Children from housing unstable families have a high risk of reentering the child welfare system. However, to our knowledge, no studies have specifically explored qualitative factors related to child welfare reentry among housing unstable families focusing on their and their service providers’ perspectives. This study was a qualitative follow-up on findings from a randomized controlled trial (RCT) designed to promote safe and timely reunification among housing unstable families. We explored the perspectives of seven housing-unstable caregivers whose children had reentered the foster care system, and 12 service providers regarding factors associated with foster-care reentry. Applying Maslow’s hierarchy of needs and ecological systems theory, our findings revealed that individual level (e.g., domestic violence, substance abuse, mental health) and system level (e.g., service provider prejudice and bias) factors were associated with foster care reentry. We offer suggestions for implications for research, policy, and practice.

Disclosure statement

No potential conflict of interest was reported by the author(s).

Additional information

Notes on contributors

Rong Bai

Rong Bai is a postdoctoral research fellow at Boston College School of Social Work.
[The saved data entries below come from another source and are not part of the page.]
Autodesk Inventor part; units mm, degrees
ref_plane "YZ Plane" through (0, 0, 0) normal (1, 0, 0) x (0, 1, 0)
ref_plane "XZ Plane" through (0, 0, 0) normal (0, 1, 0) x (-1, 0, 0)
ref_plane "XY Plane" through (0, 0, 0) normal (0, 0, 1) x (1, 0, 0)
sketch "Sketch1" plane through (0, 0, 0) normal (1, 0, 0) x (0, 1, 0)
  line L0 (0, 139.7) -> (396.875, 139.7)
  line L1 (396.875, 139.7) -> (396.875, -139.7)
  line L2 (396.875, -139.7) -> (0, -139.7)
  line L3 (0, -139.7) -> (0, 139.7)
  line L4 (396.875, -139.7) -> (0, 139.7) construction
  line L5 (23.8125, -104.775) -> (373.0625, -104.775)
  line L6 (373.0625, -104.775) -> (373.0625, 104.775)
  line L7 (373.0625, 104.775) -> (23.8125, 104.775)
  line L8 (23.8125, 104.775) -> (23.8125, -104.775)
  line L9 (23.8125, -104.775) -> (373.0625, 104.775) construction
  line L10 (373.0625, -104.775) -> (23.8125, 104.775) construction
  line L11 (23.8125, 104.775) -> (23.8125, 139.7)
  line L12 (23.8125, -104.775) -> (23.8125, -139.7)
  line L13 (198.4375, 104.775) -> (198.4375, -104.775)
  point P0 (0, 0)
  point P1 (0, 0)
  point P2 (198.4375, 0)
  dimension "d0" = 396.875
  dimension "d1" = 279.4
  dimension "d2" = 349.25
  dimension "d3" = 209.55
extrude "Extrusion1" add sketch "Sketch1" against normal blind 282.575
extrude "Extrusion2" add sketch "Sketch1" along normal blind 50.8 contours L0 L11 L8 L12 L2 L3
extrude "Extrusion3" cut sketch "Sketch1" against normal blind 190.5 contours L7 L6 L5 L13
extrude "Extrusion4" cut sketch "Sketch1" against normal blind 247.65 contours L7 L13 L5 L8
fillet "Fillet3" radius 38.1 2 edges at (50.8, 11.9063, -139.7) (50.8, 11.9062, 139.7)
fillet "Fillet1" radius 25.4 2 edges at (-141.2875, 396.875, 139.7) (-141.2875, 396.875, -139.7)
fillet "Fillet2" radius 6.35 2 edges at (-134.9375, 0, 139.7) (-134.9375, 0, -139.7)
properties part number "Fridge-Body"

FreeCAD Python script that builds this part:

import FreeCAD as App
import Part
import Sketcher

V = App.Vector
Q = App.Units.Quantity


def edges_at(feature, points):
    """Names of the edges that pass closest to the given points."""
    edges = feature.Shape.Edges
    near = lambda p: min(range(len(edges)), key=lambda i: edges[i].distToShape(Part.Vertex(*p))[0])
    return sorted({f"Edge{near(p) + 1}" for p in points})


def add_polygon(sketch, points):
    """Adds a closed chain of lines whose ends are joined by coincident constraints."""
    first, n = sketch.GeometryCount, len(points)
    for a, b in zip(points, points[1:] + points[:1]):
        sketch.addGeometry(Part.LineSegment(App.Vector(*a, 0), App.Vector(*b, 0)), False)
    for i in range(n):
        sketch.addConstraint(Sketcher.Constraint("Coincident", first + i, 2, first + (i + 1) % n, 1))

doc = App.newDocument("Part")
body = doc.addObject("PartDesign::Body", "Body")

sketch1 = body.newObject("Sketcher::SketchObject", "Sketch")
sketch1.AttachmentSupport = (doc.getObject("YZ_Plane"), [""])
sketch1.MapMode = "FlatFace"
add_polygon(sketch1, [(0, 139.7), (0, -139.7), (396.875, -139.7), (396.875, 139.7)])
sketch1.addConstraint([
    Sketcher.Constraint("Vertical", 0),
    Sketcher.Constraint("Horizontal", 1),
    Sketcher.Constraint("Vertical", 2),
    Sketcher.Constraint("Horizontal", 3),
    Sketcher.Constraint("Symmetric", 0, 2, 3, 2, -1, 1),
    Sketcher.Constraint("DistanceY", 0, 2, 0, 1, Q("11 in")),
    Sketcher.Constraint("DistanceX", 1, 1, 1, 2, Q("15.625 in")),
])
pad1 = body.newObject("PartDesign::Pad", "Pad")
pad1.Profile = sketch1
pad1.Length = Q("11.125 in")
pad1.Reversed = True

sketch2 = body.newObject("Sketcher::SketchObject", "Sketch001")
sketch2.AttachmentSupport = (doc.getObject("YZ_Plane"), [""])
sketch2.MapMode = "FlatFace"
add_polygon(sketch2, [(23.8125, 139.7), (0, 139.7), (0, -139.7), (23.8125, -139.7)])
sketch2.addConstraint([
    Sketcher.Constraint("Horizontal", 0),
    Sketcher.Constraint("Vertical", 1),
    Sketcher.Constraint("Horizontal", 2),
    Sketcher.Constraint("Vertical", 3),
    Sketcher.Constraint("Symmetric", 0, 2, 1, 2, -1, 1),
    Sketcher.Constraint("DistanceY", 1, 2, 1, 1, Q("11 in")),
    Sketcher.Constraint("DistanceX", 0, 2, 0, 1, Q("0.9375 in")),
])
pad2 = body.newObject("PartDesign::Pad", "Pad001")
pad2.Profile = sketch2
pad2.Length = Q("2 in")

sketch3 = body.newObject("Sketcher::SketchObject", "Sketch002")
sketch3.AttachmentSupport = (doc.getObject("YZ_Plane"), [""])
sketch3.MapMode = "FlatFace"
add_polygon(sketch3, [(373.0625, 104.775), (198.4375, 104.775), (198.4375, -104.775), (373.0625, -104.775)])
sketch3.addConstraint([
    Sketcher.Constraint("Horizontal", 0),
    Sketcher.Constraint("Vertical", 1),
    Sketcher.Constraint("Horizontal", 2),
    Sketcher.Constraint("Vertical", 3),
    Sketcher.Constraint("DistanceY", 1, 2, 1, 1, Q("8.25 in")),
    Sketcher.Constraint("DistanceX", 0, 2, 0, 1, Q("6.875 in")),
    Sketcher.Constraint("DistanceX", -1, 1, 0, 2, Q("7.8125 in")),
    Sketcher.Constraint("DistanceY", -1, 1, 0, 2, Q("4.125 in")),
])
pocket1 = body.newObject("PartDesign::Pocket", "Pocket")
pocket1.Profile = sketch3
pocket1.Length = Q("7.5 in")

sketch4 = body.newObject("Sketcher::SketchObject", "Sketch003")
sketch4.AttachmentSupport = (doc.getObject("YZ_Plane"), [""])
sketch4.MapMode = "FlatFace"
add_polygon(sketch4, [(198.4375, 104.775), (23.8125, 104.775), (23.8125, -104.775), (198.4375, -104.775)])
sketch4.addConstraint([
    Sketcher.Constraint("Horizontal", 0),
    Sketcher.Constraint("Vertical", 1),
    Sketcher.Constraint("Horizontal", 2),
    Sketcher.Constraint("Vertical", 3),
    Sketcher.Constraint("DistanceY", 1, 2, 1, 1, Q("8.25 in")),
    Sketcher.Constraint("DistanceX", 0, 2, 0, 1, Q("6.875 in")),
    Sketcher.Constraint("DistanceX", -1, 1, 0, 2, Q("0.9375 in")),
    Sketcher.Constraint("DistanceY", -1, 1, 0, 2, Q("4.125 in")),
])
pocket2 = body.newObject("PartDesign::Pocket", "Pocket001")
pocket2.Profile = sketch4
pocket2.Length = Q("9.75 in")
doc.recompute()

fillet = body.newObject("PartDesign::Fillet", "Fillet")
fillet.Base = (pocket2, edges_at(pocket2, [(50.8, 11.906, -139.7), (50.8, 11.906, 139.7)]))
fillet.Radius = Q("1.5 in")
doc.recompute()

fillet2 = body.newObject("PartDesign::Fillet", "Fillet001")
fillet2.Base = (fillet, edges_at(fillet, [(-141.287, 396.875, 139.7), (-141.287, 396.875, -139.7)]))
fillet2.Radius = Q("1 in")
doc.recompute()

fillet3 = body.newObject("PartDesign::Fillet", "Fillet002")
fillet3.Base = (fillet2, edges_at(fillet2, [(-134.938, 0, 139.7), (-134.938, 0, -139.7)]))
fillet3.Radius = Q("0.25 in")

doc.recompute()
Her overarching research goal is to examine social determinants that contribute to child maltreatment and child welfare system involvement, with an aim to promote child and family well-being. She is particularly interested in the overlap between housing instability and child welfare involvement.

Cyleste Collins

Cyleste Collins is an Associate Professor in the School of Social Work at Cleveland State University. She has more than 20 years’ experience evaluating community-based programs. She has also published on the impact of paid sick leave policies, substance abuse, child abuse and neglect, domestic violence, homeless and housing unstable families, families experiencing foreclosure, refugee health, infant mortality, and university-community partnerships.

Robert Fischer

Robert L. Fischer is an Associate Professor at the Jack, Joseph and Morton Mandel School of Applied Social Sciences of Case Western Reserve University, where he leads a range of evaluation research studies and teaches evaluation methods to graduate students in social work and nonprofit management. He is also Co-Director of the The Center on Urban Poverty and Community Development. Since 2001, he has led the Center’s research on Invest in Children, a county-wide early childhood initiative that includes home visiting, children’s health, and childcare components. Dr. Fischer is also faculty director of the Master of Nonprofit Organizations (MNO) degree program.

David Crampton

David S. Crampton is an Associate Professor of Social Work at the Mandel School of Applied Social Sciences, Case Western Reserve University. His research interests focus on the evaluation of family centered and community-based child welfare practices, with the ultimate goal of protecting vulnerable children through the engagement of families, communities and social service providers.